Start of Available data

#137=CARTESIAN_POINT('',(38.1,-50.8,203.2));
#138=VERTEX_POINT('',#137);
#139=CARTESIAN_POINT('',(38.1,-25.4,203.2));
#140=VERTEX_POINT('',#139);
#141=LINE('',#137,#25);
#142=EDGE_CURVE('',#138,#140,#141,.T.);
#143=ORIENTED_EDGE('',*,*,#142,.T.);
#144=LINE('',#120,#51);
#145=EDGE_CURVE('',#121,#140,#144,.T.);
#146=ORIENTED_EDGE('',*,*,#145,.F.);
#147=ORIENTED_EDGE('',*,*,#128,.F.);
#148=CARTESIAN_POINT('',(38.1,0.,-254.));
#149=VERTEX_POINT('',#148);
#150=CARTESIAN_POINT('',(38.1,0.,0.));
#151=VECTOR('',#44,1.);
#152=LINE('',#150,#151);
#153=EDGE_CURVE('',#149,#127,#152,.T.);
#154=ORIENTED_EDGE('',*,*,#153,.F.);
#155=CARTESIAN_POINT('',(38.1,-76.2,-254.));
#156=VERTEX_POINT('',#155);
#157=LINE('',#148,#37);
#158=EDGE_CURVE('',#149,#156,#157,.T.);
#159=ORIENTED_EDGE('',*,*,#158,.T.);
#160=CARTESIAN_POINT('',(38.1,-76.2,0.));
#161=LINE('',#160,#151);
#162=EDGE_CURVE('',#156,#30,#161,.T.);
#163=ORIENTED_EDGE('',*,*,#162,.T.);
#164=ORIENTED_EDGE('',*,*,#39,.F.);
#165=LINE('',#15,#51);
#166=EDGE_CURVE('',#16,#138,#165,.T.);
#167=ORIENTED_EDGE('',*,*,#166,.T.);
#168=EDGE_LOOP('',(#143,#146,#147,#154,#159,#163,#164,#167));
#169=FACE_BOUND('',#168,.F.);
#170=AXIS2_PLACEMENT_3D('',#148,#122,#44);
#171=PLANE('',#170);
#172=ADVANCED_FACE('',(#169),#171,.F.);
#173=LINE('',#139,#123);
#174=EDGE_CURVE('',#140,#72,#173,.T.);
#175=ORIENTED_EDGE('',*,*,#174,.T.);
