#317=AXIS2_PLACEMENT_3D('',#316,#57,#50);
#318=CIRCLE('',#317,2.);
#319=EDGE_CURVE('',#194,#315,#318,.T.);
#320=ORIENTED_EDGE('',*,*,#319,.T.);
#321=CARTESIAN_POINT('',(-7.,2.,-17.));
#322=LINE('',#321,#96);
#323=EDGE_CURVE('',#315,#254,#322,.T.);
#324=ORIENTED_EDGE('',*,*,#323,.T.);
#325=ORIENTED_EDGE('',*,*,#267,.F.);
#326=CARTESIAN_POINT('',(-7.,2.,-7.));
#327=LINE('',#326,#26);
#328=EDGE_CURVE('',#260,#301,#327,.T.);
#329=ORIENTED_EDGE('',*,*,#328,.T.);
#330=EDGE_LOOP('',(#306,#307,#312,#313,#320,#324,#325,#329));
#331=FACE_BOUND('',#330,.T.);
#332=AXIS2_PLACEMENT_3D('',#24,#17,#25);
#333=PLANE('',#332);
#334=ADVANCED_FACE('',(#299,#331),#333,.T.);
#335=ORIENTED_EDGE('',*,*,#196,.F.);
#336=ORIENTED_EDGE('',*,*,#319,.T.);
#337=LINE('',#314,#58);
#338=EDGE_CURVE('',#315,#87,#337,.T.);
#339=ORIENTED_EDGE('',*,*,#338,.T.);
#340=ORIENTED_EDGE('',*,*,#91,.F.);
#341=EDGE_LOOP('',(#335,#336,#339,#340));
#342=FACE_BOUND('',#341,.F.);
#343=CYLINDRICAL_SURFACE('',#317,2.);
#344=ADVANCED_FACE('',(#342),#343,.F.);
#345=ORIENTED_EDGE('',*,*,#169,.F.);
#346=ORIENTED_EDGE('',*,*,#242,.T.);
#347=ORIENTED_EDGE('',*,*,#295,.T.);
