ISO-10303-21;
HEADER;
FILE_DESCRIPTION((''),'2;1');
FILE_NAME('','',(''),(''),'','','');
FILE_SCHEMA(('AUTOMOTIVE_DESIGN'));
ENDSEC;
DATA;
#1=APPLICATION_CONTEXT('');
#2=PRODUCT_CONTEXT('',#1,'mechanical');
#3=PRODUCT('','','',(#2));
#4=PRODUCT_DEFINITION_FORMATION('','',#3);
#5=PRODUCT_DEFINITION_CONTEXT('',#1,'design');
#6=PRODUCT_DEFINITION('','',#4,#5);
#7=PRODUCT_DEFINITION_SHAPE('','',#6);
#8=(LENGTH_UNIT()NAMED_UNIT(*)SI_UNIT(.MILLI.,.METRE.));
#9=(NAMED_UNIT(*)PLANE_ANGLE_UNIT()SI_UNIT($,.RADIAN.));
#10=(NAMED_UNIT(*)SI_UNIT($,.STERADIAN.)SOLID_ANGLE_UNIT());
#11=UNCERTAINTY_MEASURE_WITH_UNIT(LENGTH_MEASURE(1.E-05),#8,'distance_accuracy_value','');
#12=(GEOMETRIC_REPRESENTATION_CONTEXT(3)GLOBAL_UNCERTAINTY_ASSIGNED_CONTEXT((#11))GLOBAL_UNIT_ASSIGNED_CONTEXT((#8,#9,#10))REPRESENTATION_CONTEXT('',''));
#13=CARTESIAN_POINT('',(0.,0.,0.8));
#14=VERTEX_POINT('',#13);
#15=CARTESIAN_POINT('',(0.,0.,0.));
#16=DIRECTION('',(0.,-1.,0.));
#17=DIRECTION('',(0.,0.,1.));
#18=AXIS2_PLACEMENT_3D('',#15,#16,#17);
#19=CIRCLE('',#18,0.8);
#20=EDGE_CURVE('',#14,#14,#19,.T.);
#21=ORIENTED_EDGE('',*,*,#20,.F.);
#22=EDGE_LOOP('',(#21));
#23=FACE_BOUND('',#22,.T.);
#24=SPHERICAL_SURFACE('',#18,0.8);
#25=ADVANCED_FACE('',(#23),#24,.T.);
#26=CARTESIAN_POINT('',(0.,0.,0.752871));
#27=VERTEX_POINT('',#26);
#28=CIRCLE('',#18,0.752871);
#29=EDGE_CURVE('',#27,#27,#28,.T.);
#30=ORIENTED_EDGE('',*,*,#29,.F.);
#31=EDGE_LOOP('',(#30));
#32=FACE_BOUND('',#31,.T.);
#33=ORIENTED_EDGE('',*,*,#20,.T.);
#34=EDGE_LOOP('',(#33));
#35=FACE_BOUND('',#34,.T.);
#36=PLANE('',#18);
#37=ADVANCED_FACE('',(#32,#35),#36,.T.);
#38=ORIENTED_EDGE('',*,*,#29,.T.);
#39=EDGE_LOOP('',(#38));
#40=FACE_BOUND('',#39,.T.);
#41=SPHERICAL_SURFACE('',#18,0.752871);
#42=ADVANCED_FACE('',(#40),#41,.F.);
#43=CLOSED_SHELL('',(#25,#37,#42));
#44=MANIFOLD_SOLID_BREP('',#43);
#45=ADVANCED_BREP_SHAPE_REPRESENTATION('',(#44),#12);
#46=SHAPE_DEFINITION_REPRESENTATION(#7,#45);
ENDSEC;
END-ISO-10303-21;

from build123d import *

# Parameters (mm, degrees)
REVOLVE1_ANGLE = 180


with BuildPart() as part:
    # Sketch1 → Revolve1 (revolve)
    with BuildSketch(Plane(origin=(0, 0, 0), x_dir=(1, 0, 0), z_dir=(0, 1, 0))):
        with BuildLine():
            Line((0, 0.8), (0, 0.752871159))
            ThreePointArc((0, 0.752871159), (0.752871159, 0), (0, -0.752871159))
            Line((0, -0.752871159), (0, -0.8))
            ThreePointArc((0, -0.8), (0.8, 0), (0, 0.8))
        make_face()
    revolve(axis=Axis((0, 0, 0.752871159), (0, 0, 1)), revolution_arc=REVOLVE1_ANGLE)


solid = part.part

End of Available data
Start of Available data

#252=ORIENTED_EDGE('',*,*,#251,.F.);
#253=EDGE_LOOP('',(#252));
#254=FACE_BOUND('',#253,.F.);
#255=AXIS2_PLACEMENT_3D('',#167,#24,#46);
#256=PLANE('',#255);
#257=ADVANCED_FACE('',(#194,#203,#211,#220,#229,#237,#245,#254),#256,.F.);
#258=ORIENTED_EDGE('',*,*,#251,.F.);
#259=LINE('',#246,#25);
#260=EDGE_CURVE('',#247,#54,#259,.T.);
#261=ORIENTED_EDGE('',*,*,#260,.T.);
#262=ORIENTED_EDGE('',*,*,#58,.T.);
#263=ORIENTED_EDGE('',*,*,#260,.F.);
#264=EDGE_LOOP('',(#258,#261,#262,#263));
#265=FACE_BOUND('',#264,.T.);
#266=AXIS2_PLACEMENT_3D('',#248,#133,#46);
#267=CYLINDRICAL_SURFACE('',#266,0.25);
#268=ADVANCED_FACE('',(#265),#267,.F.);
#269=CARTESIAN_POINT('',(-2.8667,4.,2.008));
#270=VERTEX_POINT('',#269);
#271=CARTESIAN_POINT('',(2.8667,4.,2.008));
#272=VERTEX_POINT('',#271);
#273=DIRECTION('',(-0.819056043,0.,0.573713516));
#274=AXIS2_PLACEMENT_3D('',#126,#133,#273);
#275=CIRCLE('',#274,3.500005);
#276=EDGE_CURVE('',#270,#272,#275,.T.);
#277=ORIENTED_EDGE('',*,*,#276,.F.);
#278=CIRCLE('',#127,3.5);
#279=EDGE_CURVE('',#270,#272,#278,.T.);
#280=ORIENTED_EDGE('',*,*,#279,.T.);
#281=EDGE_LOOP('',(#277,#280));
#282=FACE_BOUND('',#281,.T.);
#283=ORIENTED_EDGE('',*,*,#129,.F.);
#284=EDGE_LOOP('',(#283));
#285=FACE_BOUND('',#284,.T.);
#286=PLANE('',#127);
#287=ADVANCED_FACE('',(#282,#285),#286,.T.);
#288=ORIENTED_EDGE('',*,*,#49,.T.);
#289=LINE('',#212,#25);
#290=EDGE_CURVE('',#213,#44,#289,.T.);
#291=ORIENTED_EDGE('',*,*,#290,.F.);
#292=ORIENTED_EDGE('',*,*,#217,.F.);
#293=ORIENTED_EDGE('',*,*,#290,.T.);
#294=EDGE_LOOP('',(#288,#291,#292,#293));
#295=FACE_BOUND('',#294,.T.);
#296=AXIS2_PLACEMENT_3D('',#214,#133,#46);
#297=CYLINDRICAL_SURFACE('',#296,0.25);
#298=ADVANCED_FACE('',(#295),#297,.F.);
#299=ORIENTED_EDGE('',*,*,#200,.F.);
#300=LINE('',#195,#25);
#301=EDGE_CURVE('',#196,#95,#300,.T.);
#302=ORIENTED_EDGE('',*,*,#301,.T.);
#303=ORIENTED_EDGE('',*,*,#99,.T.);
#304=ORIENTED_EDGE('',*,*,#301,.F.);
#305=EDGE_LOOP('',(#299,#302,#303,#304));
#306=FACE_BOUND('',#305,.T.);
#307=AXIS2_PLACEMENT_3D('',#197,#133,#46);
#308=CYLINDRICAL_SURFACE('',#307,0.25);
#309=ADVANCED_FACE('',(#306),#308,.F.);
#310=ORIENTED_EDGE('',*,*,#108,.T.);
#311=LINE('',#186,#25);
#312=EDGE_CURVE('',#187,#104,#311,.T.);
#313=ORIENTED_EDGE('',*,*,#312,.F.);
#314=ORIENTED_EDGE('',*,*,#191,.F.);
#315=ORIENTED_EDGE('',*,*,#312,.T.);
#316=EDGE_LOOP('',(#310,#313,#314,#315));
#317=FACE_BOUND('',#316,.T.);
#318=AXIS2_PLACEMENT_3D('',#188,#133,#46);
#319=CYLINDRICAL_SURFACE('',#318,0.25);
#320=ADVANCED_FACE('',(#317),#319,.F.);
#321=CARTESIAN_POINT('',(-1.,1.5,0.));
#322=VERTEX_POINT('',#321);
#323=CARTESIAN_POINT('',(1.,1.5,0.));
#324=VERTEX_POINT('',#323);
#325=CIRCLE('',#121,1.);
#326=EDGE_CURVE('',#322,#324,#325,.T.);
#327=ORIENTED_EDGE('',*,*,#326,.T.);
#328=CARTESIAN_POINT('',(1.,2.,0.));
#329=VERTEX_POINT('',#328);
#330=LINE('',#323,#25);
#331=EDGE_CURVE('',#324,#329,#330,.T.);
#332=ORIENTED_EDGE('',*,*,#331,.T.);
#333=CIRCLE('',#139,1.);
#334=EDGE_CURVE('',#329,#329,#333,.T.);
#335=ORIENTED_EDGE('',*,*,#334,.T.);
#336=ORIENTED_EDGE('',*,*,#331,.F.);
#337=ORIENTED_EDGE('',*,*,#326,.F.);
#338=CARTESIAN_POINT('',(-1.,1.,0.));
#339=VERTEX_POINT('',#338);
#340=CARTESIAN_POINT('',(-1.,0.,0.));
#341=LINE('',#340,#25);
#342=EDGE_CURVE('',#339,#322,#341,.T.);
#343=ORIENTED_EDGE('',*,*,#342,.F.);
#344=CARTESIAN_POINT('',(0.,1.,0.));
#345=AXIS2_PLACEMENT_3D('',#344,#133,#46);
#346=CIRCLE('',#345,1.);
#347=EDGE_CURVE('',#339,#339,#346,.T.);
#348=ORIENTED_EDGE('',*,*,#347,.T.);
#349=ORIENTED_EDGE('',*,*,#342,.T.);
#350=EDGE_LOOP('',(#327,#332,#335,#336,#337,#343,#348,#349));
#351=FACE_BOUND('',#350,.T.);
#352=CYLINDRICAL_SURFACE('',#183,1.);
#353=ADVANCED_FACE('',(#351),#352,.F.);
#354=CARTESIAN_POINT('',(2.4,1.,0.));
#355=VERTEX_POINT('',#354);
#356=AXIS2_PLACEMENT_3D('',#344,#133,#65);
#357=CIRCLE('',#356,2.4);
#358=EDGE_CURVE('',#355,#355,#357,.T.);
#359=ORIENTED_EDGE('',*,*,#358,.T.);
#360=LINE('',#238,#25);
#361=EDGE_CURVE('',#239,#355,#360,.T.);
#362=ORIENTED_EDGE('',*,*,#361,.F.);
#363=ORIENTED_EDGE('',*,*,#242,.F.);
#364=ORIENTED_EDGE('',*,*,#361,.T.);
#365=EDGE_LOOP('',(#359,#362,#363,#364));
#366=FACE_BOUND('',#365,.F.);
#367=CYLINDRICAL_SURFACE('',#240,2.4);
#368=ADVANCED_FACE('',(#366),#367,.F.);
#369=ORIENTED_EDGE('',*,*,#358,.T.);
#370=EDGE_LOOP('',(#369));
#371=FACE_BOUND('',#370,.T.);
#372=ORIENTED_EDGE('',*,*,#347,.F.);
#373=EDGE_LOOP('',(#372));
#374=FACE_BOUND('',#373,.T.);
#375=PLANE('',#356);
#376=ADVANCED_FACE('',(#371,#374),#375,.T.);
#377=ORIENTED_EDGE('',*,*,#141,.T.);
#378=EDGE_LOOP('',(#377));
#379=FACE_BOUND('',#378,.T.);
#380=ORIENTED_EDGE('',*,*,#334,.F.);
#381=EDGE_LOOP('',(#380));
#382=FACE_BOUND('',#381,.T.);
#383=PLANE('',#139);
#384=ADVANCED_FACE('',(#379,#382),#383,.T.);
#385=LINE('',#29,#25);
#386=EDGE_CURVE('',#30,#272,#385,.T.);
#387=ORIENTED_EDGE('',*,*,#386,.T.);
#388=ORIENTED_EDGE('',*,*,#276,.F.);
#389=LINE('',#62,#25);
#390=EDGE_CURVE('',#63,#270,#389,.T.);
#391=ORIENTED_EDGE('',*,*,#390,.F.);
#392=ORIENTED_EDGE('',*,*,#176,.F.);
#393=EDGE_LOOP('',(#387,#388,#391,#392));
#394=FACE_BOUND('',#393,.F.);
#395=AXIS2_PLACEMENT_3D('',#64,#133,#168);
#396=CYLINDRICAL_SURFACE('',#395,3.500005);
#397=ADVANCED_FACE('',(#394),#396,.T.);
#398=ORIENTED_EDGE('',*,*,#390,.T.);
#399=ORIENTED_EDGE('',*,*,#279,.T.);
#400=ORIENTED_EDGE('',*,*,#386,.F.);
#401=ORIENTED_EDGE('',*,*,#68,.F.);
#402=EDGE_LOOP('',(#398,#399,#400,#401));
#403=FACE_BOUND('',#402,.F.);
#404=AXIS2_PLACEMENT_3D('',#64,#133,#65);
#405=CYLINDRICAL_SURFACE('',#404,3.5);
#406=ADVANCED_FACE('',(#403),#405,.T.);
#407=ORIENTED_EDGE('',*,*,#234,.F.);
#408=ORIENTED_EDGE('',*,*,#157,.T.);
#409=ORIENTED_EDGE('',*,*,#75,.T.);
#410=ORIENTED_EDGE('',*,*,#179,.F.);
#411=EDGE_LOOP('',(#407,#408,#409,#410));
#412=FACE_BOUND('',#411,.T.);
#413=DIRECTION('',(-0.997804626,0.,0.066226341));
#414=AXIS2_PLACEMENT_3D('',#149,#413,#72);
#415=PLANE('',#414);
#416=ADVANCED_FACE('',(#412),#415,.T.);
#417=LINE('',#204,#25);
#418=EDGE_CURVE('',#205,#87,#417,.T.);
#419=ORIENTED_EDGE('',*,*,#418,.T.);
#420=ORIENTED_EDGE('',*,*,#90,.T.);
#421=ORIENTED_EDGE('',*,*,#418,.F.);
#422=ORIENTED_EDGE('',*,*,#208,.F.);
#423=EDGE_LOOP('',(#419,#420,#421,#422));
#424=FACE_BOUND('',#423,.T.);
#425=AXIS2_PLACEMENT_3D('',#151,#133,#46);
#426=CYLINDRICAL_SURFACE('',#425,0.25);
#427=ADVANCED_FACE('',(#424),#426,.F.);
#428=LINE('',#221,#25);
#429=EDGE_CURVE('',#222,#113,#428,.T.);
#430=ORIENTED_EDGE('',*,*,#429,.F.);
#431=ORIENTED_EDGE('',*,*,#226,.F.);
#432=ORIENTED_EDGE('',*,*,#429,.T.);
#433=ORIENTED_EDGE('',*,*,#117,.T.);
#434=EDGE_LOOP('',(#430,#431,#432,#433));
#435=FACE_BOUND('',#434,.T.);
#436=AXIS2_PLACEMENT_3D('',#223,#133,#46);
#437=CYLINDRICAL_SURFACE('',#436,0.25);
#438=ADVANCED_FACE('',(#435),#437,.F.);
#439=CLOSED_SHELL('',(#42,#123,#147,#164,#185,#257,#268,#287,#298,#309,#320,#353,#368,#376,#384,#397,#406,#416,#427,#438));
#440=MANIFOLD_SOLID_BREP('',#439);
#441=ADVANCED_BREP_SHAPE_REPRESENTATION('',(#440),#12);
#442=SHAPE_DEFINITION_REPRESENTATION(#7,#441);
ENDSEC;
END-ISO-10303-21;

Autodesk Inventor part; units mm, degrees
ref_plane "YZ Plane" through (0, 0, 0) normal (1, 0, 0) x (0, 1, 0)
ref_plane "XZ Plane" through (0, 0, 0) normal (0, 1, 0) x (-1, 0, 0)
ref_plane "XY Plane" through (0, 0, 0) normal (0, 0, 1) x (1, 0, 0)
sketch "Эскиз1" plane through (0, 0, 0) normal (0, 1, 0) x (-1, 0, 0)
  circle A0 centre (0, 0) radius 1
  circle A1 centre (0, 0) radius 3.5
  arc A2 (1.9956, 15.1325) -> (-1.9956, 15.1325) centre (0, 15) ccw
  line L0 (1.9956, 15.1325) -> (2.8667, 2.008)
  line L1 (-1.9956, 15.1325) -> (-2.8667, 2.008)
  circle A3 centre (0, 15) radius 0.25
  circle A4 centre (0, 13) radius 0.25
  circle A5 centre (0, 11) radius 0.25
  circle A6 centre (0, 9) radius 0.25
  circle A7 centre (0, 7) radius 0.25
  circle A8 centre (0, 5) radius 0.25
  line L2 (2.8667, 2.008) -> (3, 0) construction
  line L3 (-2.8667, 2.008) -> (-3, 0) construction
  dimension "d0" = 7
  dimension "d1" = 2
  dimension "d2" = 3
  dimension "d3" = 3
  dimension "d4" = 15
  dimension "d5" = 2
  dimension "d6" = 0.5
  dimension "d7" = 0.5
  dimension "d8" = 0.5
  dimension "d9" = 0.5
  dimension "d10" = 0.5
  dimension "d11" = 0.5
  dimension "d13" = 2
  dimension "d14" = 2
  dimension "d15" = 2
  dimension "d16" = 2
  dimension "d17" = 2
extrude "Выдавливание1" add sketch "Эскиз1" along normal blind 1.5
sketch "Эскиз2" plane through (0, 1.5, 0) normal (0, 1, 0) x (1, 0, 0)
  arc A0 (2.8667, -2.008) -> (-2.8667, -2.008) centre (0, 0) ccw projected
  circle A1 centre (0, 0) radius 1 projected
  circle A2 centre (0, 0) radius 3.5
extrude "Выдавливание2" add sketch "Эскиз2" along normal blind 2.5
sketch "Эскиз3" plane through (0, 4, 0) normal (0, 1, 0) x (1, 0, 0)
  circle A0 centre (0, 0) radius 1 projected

End of Available data

### Brief
Look above for the line holding "#411=EDGE_LOOP('',(#407,#408,#409,#410));" and the line holding "#420=ORIENTED_EDGE('',*,*,#90,.T.);". Retype both, and every line between them, word for word and nothing else.

### Answer
#411=EDGE_LOOP('',(#407,#408,#409,#410));
#412=FACE_BOUND('',#411,.T.);
#413=DIRECTION('',(-0.997804626,0.,0.066226341));
#414=AXIS2_PLACEMENT_3D('',#149,#413,#72);
#415=PLANE('',#414);
#416=ADVANCED_FACE('',(#412),#415,.T.);
#417=LINE('',#204,#25);
#418=EDGE_CURVE('',#205,#87,#417,.T.);
#419=ORIENTED_EDGE('',*,*,#418,.T.);
#420=ORIENTED_EDGE('',*,*,#90,.T.);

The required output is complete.